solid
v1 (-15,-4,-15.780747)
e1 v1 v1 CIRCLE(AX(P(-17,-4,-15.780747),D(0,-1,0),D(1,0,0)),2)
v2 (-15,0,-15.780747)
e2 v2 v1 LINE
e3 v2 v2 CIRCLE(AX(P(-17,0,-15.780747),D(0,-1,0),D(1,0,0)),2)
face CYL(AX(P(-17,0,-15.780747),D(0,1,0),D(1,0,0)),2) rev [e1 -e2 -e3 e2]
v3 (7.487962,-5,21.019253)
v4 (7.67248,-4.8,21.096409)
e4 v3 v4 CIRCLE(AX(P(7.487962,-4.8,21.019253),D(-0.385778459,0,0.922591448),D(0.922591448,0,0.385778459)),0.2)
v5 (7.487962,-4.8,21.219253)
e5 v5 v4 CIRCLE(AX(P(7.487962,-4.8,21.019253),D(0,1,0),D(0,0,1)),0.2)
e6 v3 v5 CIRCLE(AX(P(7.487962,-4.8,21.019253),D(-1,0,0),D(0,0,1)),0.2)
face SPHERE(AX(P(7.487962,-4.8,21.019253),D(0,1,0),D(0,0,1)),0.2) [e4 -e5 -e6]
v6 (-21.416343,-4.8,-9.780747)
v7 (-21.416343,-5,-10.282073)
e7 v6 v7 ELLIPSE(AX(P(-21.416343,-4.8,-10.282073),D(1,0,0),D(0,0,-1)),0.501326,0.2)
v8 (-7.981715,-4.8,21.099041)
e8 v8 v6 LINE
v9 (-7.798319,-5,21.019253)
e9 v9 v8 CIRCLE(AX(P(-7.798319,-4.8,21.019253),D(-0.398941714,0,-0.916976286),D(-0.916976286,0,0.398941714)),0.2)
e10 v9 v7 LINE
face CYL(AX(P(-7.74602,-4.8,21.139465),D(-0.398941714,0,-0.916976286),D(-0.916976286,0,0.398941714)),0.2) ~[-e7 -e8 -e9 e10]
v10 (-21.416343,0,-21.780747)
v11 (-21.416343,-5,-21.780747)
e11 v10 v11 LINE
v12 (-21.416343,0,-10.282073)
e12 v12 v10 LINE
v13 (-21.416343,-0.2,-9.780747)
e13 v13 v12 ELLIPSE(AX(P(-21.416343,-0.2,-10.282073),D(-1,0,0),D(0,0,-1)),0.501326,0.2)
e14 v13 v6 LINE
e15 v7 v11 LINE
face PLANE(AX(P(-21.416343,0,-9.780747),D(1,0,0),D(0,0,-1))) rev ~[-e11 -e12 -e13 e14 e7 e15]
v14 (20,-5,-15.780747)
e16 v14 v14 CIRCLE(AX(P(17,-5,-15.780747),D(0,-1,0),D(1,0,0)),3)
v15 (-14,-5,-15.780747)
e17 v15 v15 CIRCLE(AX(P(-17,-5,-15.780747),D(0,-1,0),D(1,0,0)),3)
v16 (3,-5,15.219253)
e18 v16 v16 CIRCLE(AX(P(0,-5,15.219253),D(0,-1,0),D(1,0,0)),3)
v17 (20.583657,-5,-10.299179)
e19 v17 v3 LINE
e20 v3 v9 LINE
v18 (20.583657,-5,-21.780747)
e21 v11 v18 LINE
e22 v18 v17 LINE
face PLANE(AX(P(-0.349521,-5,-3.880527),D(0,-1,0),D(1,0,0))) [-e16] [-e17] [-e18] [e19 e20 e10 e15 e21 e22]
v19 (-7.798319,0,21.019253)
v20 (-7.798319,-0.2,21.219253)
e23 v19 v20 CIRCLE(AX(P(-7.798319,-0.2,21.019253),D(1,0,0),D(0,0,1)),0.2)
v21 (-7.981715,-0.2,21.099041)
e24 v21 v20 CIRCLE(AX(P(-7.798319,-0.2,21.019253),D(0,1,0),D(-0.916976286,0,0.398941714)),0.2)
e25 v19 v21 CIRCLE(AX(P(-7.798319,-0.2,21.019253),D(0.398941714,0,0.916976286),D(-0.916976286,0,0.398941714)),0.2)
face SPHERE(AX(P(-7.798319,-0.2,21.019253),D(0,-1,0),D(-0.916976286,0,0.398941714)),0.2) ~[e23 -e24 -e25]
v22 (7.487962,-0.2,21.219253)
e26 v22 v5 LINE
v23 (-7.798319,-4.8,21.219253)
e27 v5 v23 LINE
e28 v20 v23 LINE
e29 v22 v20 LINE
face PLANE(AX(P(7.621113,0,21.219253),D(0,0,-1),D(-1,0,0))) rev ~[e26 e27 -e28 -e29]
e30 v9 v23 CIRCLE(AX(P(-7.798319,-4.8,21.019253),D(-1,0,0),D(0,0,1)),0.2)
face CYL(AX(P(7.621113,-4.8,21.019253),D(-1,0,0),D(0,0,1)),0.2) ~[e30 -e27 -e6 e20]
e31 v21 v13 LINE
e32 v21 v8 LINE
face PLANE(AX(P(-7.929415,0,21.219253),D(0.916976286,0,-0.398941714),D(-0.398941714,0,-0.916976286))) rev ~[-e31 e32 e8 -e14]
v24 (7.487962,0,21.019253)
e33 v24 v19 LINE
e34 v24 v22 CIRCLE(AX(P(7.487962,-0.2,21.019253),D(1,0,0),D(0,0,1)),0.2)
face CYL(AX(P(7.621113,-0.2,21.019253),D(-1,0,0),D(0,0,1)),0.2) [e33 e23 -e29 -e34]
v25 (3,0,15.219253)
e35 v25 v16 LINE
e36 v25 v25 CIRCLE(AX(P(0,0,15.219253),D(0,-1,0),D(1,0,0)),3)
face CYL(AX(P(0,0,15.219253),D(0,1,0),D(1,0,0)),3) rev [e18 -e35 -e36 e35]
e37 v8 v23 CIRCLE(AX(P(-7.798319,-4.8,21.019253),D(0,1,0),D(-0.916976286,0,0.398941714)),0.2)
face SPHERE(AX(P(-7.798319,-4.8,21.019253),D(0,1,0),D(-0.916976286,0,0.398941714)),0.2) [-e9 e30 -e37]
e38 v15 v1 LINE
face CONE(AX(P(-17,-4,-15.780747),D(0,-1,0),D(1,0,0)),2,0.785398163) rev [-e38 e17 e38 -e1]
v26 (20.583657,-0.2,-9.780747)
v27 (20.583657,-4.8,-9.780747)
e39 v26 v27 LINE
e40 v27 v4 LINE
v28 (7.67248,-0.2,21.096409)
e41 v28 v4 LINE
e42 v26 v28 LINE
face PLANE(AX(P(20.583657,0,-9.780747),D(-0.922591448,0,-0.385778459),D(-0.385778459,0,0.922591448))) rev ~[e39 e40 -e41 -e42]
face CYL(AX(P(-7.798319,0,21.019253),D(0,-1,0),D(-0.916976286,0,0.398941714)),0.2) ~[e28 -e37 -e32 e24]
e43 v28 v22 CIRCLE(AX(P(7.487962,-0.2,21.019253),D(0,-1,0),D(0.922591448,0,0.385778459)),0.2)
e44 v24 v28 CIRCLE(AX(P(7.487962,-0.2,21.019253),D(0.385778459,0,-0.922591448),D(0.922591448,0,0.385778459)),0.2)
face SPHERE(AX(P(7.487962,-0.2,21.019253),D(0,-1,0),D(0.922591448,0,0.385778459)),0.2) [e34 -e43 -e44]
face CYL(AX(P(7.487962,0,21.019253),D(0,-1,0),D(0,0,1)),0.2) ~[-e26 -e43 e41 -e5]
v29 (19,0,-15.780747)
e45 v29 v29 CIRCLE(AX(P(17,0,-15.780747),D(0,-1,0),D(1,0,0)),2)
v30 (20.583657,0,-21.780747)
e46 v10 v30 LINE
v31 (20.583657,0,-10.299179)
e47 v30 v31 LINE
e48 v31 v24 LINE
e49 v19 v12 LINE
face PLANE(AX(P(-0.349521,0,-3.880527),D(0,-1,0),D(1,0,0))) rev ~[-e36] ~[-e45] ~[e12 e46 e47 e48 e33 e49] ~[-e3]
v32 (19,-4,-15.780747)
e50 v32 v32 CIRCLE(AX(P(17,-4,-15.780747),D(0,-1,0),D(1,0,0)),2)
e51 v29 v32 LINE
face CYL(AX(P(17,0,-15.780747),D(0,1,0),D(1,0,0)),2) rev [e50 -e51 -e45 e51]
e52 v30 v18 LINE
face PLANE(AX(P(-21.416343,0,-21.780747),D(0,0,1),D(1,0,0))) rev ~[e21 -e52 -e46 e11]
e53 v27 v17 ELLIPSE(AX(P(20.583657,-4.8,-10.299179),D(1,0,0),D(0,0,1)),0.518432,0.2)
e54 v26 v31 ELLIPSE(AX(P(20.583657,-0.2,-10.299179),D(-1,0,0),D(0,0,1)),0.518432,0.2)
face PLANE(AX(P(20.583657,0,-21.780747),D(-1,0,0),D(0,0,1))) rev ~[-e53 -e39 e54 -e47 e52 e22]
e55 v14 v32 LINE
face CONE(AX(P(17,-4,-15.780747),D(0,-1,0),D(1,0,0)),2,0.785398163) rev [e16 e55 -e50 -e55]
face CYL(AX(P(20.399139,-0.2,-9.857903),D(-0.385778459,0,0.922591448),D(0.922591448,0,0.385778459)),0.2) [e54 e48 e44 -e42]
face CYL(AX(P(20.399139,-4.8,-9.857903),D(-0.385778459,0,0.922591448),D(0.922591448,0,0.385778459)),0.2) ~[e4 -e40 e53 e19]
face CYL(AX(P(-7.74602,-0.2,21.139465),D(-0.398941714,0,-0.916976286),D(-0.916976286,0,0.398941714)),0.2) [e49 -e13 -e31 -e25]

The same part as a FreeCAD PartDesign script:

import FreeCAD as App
import Part
import Sketcher
Q = App.Units.Quantity


def edges_at(feature, points):
    """Names of the edges that pass closest to the given points."""
    edges = feature.Shape.Edges
    near = lambda p: min(range(len(edges)), key=lambda i: edges[i].distToShape(Part.Vertex(*p))[0])
    return sorted({f"Edge{near(p) + 1}" for p in points})

doc = App.newDocument("Part")
params = doc.addObject("Spreadsheet::Sheet", "Params")
for row, (alias, value) in enumerate([
    ("sketch1_diameter", "4 mm"),
    ("sketch1_diameter2", "6 mm"),
    ("sketch1_width", "42 mm"),
    ("sketch1_height", "12 mm"),
    ("pad1_length", "5 mm"),
    ("fillet_radius", "0.2 mm"),
    ("chamfer_size", "1 mm"),
], start=1):
    params.set(f"A{row}", alias)
    params.set(f"B{row}", "=" + value)
    params.setAlias(f"B{row}", alias)

body = doc.addObject("PartDesign::Body", "Body")

# Sketch on XZ plane
sketch1 = doc.addObject("Sketcher::SketchObject", "Sketch")
body.addObject(sketch1)
sketch1.AttachmentSupport = (doc.XZ_Plane, [""])
sketch1.MapMode = "FlatFace"
sketch1.addGeometry(Part.LineSegment(App.Vector(-21.4, -9.8, 0), App.Vector(-21.4, -21.8, 0)), False)
sketch1.addGeometry(Part.LineSegment(App.Vector(-21.4, -21.8, 0), App.Vector(20.6, -21.8, 0)), False)
sketch1.addGeometry(Part.LineSegment(App.Vector(20.6, -21.8, 0), App.Vector(20.6, -9.8, 0)), False)
sketch1.addGeometry(Part.LineSegment(App.Vector(20.6, -9.8, 0), App.Vector(7.6, 21.2, 0)), False)
sketch1.addGeometry(Part.LineSegment(App.Vector(7.6, 21.2, 0), App.Vector(-7.9, 21.2, 0)), False)
sketch1.addGeometry(Part.LineSegment(App.Vector(-7.9, 21.2, 0), App.Vector(-21.4, -9.8, 0)), False)
sketch1.addGeometry(Part.Circle(App.Vector(-17, -15.8, 0), App.Vector(0, 0, 1), 2), False)
sketch1.addGeometry(Part.Circle(App.Vector(17, -15.8, 0), App.Vector(0, 0, 1), 2), False)
sketch1.addGeometry(Part.Circle(App.Vector(0, 15.2, 0), App.Vector(0, 0, 1), 3), False)
sketch1.addConstraint(Sketcher.Constraint("Coincident", 0, 2, 1, 1))
sketch1.addConstraint(Sketcher.Constraint("Coincident", 1, 2, 2, 1))
sketch1.addConstraint(Sketcher.Constraint("Coincident", 2, 2, 3, 1))
sketch1.addConstraint(Sketcher.Constraint("Coincident", 3, 2, 4, 1))
sketch1.addConstraint(Sketcher.Constraint("Coincident", 4, 2, 5, 1))
sketch1.addConstraint(Sketcher.Constraint("Coincident", 5, 2, 0, 1))
sketch1.addConstraint(Sketcher.Constraint("Vertical", 0))
sketch1.addConstraint(Sketcher.Constraint("Horizontal", 1))
sketch1.addConstraint(Sketcher.Constraint("Vertical", 2))
sketch1.addConstraint(Sketcher.Constraint("Horizontal", 4))
sketch1.addConstraint(Sketcher.Constraint("Equal", 6, 7))
sketch1.addConstraint(Sketcher.Constraint("Symmetric", 6, 3, 7, 3, -2))
sketch1.addConstraint(Sketcher.Constraint("PointOnObject", 8, 3, -2))
sketch1.addConstraint(Sketcher.Constraint("Horizontal", 2, 2, 5, 2))
sketch1.addConstraint(Sketcher.Constraint("Diameter", 6, Q("4 mm")))
sketch1.addConstraint(Sketcher.Constraint("Diameter", 8, Q("6 mm")))
sketch1.addConstraint(Sketcher.Constraint("DistanceX", 1, 1, 1, 2, Q("42 mm")))
sketch1.addConstraint(Sketcher.Constraint("DistanceY", 0, 2, 0, 1, Q("12 mm")))
sketch1.addConstraint(Sketcher.Constraint("DistanceX", 6, 3, -1, 1, Q("17 mm")))
sketch1.addConstraint(Sketcher.Constraint("DistanceY", 6, 3, 8, 3, Q("31 mm")))
sketch1.addConstraint(Sketcher.Constraint("DistanceY", 0, 2, 6, 3, Q("6 mm")))
sketch1.addConstraint(Sketcher.Constraint("DistanceY", 8, 3, 3, 2, Q("6 mm")))
sketch1.addConstraint(Sketcher.Constraint("DistanceX", 4, 2, 4, 1, Q("15.550528 mm")))
sketch1.addConstraint(Sketcher.Constraint("DistanceX", 4, 2, 2, 2, Q("28.513072 mm")))
sketch1.addConstraint(Sketcher.Constraint("DistanceY", 6, 3, -1, 1, Q("15.780747 mm")))
sketch1.addConstraint(Sketcher.Constraint("DistanceX", 0, 2, -1, 1, Q("21.416343 mm")))
sketch1.setExpression("Constraints[14]", "Params.sketch1_diameter")
sketch1.setExpression("Constraints[15]", "Params.sketch1_diameter2")
sketch1.setExpression("Constraints[16]", "Params.sketch1_width")
sketch1.setExpression("Constraints[17]", "Params.sketch1_height")
pad1 = doc.addObject("PartDesign::Pad", "Pad")
body.addObject(pad1)
pad1.Profile = sketch1
pad1.setExpression("Length", "Params.pad1_length")
doc.recompute()

fillet = doc.addObject("PartDesign::Fillet", "Fillet")
body.addObject(fillet)
fillet.Base = (pad1, edges_at(pad1, [
    (-14.673, -5, 5.719),
    (-0.154, -5, 21.219),
    (14.102, -5, 5.719),
    (14.102, 0, 5.719),
    (-0.154, 0, 21.219),
    (7.621, -2.5, 21.219),
    (-7.929, -2.5, 21.219),
    (-14.673, 0, 5.719),
]))
fillet.setExpression("Radius", "Params.fillet_radius")
doc.recompute()

chamfer = doc.addObject("PartDesign::Chamfer", "Chamfer")
body.addObject(chamfer)
chamfer.Base = (fillet, edges_at(fillet, [(-19, -5, -15.781), (15, -5, -15.781)]))
chamfer.setExpression("Size", "Params.chamfer_size")

doc.recompute()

---*---

* **Instructions to follow**
What is the number of lines in the data that contain "SPHERE"? Write that number and nothing else.

* **Task answer**
4